In the data below, find the line that contains "#42=PLANE('',#41);" and the line that contains "#60=EDGE_LOOP('',(#50,#51,#56,#59));". Copy both, plus every line between them, exactly.

-*-*-

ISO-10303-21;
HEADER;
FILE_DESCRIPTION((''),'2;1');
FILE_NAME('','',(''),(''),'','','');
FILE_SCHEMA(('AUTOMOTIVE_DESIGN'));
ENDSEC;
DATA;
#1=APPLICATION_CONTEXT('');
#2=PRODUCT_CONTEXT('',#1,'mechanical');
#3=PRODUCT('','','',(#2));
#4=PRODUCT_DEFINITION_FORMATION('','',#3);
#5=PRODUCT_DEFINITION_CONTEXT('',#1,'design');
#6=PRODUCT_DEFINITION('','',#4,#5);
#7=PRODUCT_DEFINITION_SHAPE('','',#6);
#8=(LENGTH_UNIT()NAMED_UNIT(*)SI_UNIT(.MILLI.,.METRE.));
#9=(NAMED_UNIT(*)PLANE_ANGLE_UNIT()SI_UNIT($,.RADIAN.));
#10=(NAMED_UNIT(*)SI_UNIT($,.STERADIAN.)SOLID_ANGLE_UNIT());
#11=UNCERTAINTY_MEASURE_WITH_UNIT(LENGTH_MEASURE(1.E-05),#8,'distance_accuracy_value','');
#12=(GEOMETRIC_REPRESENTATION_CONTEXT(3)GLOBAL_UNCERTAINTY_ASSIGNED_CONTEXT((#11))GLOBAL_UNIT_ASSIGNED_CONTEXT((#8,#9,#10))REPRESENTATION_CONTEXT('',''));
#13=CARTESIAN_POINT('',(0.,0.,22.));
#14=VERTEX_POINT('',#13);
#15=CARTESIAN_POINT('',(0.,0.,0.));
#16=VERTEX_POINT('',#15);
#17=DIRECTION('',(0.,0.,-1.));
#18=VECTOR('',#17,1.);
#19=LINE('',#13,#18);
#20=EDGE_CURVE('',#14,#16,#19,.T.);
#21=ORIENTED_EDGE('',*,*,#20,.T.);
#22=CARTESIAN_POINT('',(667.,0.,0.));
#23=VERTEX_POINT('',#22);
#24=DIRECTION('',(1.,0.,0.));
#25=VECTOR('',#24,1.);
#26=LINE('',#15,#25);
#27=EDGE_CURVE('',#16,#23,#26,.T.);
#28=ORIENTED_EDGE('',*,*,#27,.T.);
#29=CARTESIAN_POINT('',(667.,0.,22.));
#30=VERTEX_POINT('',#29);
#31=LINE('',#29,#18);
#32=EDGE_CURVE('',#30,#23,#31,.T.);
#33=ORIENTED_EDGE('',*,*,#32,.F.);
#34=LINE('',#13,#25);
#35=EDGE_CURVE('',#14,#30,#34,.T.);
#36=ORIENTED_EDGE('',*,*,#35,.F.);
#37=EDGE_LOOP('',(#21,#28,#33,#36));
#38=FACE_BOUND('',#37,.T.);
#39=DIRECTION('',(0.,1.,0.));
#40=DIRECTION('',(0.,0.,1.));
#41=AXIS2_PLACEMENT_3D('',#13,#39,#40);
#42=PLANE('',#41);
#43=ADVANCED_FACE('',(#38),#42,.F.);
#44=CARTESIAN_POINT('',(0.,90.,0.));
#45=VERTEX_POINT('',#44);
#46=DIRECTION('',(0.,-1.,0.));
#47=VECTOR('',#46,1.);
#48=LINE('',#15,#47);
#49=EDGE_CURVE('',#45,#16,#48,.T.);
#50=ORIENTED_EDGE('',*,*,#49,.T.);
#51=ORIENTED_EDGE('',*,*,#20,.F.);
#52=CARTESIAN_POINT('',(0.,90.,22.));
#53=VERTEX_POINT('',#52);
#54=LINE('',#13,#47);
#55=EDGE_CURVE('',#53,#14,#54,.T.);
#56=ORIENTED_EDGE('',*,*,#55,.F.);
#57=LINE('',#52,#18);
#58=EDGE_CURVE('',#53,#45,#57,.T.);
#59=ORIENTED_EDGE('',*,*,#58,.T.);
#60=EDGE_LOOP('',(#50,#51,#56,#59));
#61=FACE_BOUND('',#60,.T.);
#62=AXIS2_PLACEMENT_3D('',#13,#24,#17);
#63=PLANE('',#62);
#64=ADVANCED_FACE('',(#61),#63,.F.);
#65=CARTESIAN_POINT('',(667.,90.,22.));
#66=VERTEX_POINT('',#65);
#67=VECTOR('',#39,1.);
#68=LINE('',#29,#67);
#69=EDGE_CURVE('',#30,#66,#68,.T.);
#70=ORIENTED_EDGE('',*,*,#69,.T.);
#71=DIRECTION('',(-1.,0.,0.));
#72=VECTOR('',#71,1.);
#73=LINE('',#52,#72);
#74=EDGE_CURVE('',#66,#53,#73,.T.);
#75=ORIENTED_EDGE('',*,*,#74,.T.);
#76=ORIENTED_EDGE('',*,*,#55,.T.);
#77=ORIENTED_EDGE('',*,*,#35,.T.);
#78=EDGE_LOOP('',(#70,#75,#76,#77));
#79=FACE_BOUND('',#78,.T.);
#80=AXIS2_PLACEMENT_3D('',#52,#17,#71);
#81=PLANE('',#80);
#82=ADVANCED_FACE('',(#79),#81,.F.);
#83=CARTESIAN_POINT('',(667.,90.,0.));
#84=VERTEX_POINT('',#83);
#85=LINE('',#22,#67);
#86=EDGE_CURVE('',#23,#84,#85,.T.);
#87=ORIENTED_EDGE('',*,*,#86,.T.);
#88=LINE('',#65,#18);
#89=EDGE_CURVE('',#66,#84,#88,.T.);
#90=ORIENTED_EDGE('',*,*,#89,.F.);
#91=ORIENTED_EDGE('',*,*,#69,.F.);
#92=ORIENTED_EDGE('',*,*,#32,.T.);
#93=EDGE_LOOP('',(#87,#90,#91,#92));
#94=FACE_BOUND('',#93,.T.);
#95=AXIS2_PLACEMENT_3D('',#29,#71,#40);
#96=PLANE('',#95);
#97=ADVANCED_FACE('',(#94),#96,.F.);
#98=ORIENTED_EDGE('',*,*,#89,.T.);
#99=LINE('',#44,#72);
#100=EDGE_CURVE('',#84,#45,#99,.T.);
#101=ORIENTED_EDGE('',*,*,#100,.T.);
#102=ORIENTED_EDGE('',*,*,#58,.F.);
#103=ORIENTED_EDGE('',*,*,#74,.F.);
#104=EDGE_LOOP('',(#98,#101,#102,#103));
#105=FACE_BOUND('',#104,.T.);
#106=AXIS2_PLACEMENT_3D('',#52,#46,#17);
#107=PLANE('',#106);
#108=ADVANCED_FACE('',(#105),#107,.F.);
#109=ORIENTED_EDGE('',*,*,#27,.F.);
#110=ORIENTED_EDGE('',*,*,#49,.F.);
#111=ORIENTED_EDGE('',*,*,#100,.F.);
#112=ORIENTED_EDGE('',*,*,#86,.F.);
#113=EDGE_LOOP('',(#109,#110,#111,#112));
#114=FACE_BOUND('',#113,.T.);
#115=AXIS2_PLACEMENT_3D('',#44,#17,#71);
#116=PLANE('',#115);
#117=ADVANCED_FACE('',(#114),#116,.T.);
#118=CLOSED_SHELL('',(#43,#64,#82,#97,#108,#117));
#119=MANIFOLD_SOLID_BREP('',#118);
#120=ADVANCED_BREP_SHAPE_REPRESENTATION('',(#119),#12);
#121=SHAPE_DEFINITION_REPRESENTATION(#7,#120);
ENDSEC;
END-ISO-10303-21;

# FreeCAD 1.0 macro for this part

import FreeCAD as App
import Part
import Sketcher
from FreeCAD import Vector
Q = App.Units.Quantity


def add_polygon(sketch, points):
    """Adds a closed chain of lines whose ends are joined by coincident constraints."""
    first, n = sketch.GeometryCount, len(points)
    for a, b in zip(points, points[1:] + points[:1]):
        sketch.addGeometry(Part.LineSegment(App.Vector(*a, 0), App.Vector(*b, 0)), False)
    for i in range(n):
        sketch.addConstraint(Sketcher.Constraint("Coincident", first + i, 2, first + (i + 1) % n, 1))

doc = App.newDocument("Part")
params = doc.addObject("Spreadsheet::Sheet", "Params")
for row, (alias, value) in enumerate([
    ("sketch1_width", "667 mm"),
    ("sketch1_height", "90 mm"),
    ("pad1_length", "22 mm"),
], start=1):
    params.set(f"A{row}", alias)
    params.set(f"B{row}", "=" + value)
    params.setAlias(f"B{row}", alias)

body = doc.addObject("PartDesign::Body", "Body")

# Sketch on XY plane
sketch1 = body.newObject("Sketcher::SketchObject", "Sketch")
sketch1.AttachmentSupport = (doc.getObject("XY_Plane"), [""])
sketch1.MapMode = "FlatFace"
add_polygon(sketch1, [(0, 90), (0, 0), (667, 0), (667, 90)])  # lines 0-3
sketch1.addConstraint([
    Sketcher.Constraint("Vertical", 0),
    Sketcher.Constraint("Horizontal", 1),
    Sketcher.Constraint("Vertical", 2),
    Sketcher.Constraint("Horizontal", 3),
    Sketcher.Constraint("Coincident", 0, 2, -1, 1),
    Sketcher.Constraint("DistanceX", 1, 1, 1, 2, Q("667 mm")),
    Sketcher.Constraint("DistanceY", 0, 2, 0, 1, Q("90 mm")),
])
sketch1.setExpression("Constraints[9]", "Params.sketch1_width")
sketch1.setExpression("Constraints[10]", "Params.sketch1_height")
pad1 = body.newObject("PartDesign::Pad", "Pad")
pad1.Profile = sketch1
pad1.setExpression("Length", "Params.pad1_length")

doc.recompute()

-*-*-

SOLUTION BELOW:
#42=PLANE('',#41);
#43=ADVANCED_FACE('',(#38),#42,.F.);
#44=CARTESIAN_POINT('',(0.,90.,0.));
#45=VERTEX_POINT('',#44);
#46=DIRECTION('',(0.,-1.,0.));
#47=VECTOR('',#46,1.);
#48=LINE('',#15,#47);
#49=EDGE_CURVE('',#45,#16,#48,.T.);
#50=ORIENTED_EDGE('',*,*,#49,.T.);
#51=ORIENTED_EDGE('',*,*,#20,.F.);
#52=CARTESIAN_POINT('',(0.,90.,22.));
#53=VERTEX_POINT('',#52);
#54=LINE('',#13,#47);
#55=EDGE_CURVE('',#53,#14,#54,.T.);
#56=ORIENTED_EDGE('',*,*,#55,.F.);
#57=LINE('',#52,#18);
#58=EDGE_CURVE('',#53,#45,#57,.T.);
#59=ORIENTED_EDGE('',*,*,#58,.T.);
#60=EDGE_LOOP('',(#50,#51,#56,#59));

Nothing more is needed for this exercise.